----- Supplied records -----

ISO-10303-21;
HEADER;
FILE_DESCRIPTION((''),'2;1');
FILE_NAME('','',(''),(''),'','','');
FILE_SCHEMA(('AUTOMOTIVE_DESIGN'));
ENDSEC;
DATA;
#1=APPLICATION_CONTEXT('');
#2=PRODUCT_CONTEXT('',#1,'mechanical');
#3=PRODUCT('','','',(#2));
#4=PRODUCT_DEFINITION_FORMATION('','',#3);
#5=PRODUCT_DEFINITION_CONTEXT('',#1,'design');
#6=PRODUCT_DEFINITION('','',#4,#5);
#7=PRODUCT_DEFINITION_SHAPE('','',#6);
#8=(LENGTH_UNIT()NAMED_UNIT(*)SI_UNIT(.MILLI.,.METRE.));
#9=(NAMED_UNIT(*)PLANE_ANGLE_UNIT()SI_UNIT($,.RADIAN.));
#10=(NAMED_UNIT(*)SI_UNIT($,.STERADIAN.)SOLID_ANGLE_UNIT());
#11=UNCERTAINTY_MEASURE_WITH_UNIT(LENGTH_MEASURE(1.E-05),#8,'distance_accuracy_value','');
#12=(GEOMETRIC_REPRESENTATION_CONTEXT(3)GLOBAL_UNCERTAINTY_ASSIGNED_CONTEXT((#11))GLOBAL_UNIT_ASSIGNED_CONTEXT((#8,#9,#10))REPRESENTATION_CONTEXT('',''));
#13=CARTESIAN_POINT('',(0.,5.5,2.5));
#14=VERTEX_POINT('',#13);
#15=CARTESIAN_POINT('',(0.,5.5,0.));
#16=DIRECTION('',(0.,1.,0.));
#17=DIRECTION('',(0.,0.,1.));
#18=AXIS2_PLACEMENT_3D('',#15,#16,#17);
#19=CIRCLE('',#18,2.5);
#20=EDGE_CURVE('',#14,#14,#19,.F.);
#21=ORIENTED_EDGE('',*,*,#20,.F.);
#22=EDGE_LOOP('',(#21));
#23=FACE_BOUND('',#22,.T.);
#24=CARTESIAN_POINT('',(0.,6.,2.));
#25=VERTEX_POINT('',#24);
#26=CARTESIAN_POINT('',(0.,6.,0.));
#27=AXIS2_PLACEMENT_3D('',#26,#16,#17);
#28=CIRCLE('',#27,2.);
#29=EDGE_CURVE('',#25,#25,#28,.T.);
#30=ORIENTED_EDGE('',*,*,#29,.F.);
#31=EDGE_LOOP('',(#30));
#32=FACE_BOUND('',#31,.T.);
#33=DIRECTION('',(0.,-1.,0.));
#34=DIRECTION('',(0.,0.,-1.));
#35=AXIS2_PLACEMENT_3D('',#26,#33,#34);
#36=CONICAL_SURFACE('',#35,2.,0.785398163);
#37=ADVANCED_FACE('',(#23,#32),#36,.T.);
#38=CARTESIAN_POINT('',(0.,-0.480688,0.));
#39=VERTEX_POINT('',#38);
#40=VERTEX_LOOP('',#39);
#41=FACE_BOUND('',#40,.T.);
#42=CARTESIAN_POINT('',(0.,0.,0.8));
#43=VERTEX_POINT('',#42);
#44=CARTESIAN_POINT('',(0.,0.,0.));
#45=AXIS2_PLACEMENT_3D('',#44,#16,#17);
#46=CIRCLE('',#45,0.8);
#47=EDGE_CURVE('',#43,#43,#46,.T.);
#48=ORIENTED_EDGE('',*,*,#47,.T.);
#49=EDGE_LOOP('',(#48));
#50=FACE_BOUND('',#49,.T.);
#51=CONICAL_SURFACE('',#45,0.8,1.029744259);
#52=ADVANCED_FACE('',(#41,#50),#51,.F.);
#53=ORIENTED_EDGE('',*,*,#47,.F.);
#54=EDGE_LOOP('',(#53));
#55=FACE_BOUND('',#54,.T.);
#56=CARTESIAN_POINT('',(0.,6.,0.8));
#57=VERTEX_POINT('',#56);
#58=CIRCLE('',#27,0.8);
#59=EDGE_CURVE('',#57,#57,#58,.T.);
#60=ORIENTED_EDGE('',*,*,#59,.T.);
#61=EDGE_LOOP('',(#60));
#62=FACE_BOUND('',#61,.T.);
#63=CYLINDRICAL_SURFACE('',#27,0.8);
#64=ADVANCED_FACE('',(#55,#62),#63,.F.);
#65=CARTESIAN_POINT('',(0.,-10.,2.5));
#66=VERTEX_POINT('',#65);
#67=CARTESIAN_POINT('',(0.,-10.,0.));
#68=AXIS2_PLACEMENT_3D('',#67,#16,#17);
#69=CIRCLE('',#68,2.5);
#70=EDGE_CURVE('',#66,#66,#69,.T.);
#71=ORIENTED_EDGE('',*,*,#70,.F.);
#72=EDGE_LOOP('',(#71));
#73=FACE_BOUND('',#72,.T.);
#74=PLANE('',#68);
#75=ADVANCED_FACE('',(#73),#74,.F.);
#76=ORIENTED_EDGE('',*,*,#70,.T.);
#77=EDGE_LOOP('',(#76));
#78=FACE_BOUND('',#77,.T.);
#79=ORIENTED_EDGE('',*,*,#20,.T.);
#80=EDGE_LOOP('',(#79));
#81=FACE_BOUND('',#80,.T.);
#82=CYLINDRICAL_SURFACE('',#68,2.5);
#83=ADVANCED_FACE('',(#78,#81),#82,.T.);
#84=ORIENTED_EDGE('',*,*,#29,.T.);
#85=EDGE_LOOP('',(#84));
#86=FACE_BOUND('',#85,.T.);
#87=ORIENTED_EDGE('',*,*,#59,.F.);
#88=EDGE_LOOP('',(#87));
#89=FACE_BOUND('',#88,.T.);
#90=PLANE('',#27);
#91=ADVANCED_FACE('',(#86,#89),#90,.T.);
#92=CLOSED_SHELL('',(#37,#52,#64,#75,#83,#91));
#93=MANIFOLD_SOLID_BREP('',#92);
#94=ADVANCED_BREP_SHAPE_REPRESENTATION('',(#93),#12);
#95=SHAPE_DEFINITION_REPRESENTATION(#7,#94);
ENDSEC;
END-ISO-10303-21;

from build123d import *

# Parameters (mm, degrees)
ESQUISSE1_R             = 2.5
BOSS_EXTRU_1_DEPTH      = 6
BOSS_EXTRU_1_DEPTH_BACK = 10
TROU_TARAUD_M21_D       = 1.6
TROU_TARAUD_M21_DEPTH   = 6
TROU_TARAUD_M21_TIP     = 0.480688495
CHANFREIN1_SIZE         = 0.5


with BuildPart() as part:
    # Esquisse1 → Boss.-Extru.1 (new body, two sides)
    with BuildSketch(Plane(origin=(0, 0, 0), x_dir=(1, 0, 0), z_dir=(0, 1, 0))) as boss_extru_1_sk:
        Circle(ESQUISSE1_R)
    extrude(amount=BOSS_EXTRU_1_DEPTH)
    extrude(boss_extru_1_sk.sketch, amount=-BOSS_EXTRU_1_DEPTH_BACK)

    # Trou taraudé M21
    with Locations(Plane(origin=(0, 6, 0), x_dir=(1, 0, 0), z_dir=(0, 1, 0))):
        with Locations((0, 0)):
            Hole(TROU_TARAUD_M21_D / 2, depth=TROU_TARAUD_M21_DEPTH)
            with Locations((0, 0, -(TROU_TARAUD_M21_DEPTH + TROU_TARAUD_M21_TIP / 2))):  # 118° drill point
                Cone(0, TROU_TARAUD_M21_D / 2, TROU_TARAUD_M21_TIP, mode=Mode.SUBTRACT)

    # Chanfrein1
    chanfrein1_edges = [part.edges().sort_by_distance(p)[0] for p in [
        (-2.5, 6, 0),
    ]]
    chamfer(chanfrein1_edges, length=CHANFREIN1_SIZE)


solid = part.part
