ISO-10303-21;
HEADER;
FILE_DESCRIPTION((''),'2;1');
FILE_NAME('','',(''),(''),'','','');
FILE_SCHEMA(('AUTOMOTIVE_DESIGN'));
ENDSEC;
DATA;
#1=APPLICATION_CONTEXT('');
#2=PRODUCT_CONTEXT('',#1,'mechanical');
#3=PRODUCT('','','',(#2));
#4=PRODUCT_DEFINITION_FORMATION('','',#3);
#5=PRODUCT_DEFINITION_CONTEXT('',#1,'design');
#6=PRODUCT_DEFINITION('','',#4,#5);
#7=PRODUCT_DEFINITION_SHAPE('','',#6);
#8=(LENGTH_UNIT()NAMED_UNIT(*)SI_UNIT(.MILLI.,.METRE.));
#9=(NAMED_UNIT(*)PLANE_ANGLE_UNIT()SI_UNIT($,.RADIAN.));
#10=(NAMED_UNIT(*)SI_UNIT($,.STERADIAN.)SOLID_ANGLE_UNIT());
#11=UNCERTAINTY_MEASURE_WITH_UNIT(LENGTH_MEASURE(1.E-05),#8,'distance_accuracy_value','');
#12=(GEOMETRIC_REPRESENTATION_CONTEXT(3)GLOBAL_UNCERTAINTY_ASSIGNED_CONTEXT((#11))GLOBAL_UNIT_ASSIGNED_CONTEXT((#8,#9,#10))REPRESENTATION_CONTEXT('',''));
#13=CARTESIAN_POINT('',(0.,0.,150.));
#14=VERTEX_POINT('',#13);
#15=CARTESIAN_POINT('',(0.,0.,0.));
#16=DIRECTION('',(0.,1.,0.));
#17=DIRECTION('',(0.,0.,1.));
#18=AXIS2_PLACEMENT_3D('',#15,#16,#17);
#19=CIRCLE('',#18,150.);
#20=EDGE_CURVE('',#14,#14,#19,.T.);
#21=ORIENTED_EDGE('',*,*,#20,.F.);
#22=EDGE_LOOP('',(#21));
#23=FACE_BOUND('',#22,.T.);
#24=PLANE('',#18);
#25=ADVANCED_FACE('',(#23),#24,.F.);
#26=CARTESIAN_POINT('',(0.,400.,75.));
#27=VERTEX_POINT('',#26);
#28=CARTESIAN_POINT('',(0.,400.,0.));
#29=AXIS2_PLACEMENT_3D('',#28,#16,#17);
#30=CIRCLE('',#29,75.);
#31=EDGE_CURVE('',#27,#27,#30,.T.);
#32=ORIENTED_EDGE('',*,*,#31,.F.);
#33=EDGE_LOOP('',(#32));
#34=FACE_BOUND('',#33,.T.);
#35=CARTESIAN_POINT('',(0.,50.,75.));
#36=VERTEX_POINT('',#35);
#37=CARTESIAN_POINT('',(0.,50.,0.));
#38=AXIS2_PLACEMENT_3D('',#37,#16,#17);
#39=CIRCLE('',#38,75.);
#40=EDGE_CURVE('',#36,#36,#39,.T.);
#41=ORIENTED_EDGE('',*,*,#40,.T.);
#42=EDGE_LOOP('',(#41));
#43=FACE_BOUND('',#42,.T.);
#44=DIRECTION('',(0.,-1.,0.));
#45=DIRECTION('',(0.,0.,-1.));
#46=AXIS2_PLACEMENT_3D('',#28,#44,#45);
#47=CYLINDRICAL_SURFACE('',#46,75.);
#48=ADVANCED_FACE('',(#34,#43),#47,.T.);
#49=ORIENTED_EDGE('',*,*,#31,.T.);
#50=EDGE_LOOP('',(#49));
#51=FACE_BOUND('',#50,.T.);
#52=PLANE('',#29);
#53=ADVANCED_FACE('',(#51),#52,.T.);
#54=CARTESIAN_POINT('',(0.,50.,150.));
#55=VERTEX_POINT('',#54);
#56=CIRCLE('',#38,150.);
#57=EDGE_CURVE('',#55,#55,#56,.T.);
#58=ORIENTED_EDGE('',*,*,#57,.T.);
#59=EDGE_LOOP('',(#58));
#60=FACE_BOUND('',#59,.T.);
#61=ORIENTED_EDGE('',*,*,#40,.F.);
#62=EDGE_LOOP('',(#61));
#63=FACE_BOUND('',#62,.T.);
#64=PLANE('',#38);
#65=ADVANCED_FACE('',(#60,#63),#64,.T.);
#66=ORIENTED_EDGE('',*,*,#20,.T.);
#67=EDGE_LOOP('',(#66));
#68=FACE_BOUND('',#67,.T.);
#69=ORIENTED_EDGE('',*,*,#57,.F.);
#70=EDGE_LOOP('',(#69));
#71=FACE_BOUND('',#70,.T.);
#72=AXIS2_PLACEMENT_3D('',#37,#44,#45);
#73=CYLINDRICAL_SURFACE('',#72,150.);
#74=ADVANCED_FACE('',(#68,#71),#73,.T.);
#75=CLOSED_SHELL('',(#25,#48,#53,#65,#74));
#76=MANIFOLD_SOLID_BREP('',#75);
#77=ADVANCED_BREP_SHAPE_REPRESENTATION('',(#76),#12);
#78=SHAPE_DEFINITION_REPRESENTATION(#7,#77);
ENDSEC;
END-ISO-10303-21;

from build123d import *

# Parameters (mm, degrees)
SKETCH_1_R      = 150
EXTRUDE_1_DEPTH = 50
SKETCH_2_R      = 75
EXTRUDE_2_DEPTH = 350


with BuildPart() as part:
    # 草图1 → 凸台-拉伸1 (new body)
    with BuildSketch(Plane(origin=(0, 0, 0), x_dir=(1, 0, 0), z_dir=(0, 1, 0))):
        with Locations(Location((0, 0, 0), (0, 0, 270))):
            Circle(SKETCH_1_R)
    extrude(amount=EXTRUDE_1_DEPTH)

    # 草图2 → 凸台-拉伸2 (add)
    with BuildSketch(Plane(origin=(0, 50, 0), x_dir=(1, 0, 0), z_dir=(0, 1, 0))):
        with Locations(Location((0, 0, 0), (0, 0, 270))):
            Circle(SKETCH_2_R)
    extrude(amount=EXTRUDE_2_DEPTH)


solid = part.part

-----

Aim of the task:
Keep both end lines and retype everything in the records above from the line containing "#36=CONICAL_SURFACE('',#35,2.,0.785398163);" through the line containing "#46=CIRCLE('',#45,0.8);", exactly, with nothing else.

Answer to the exercise:
#36=CONICAL_SURFACE('',#35,2.,0.785398163);
#37=ADVANCED_FACE('',(#23,#32),#36,.T.);
#38=CARTESIAN_POINT('',(0.,-0.480688,0.));
#39=VERTEX_POINT('',#38);
#40=VERTEX_LOOP('',#39);
#41=FACE_BOUND('',#40,.T.);
#42=CARTESIAN_POINT('',(0.,0.,0.8));
#43=VERTEX_POINT('',#42);
#44=CARTESIAN_POINT('',(0.,0.,0.));
#45=AXIS2_PLACEMENT_3D('',#44,#16,#17);
#46=CIRCLE('',#45,0.8);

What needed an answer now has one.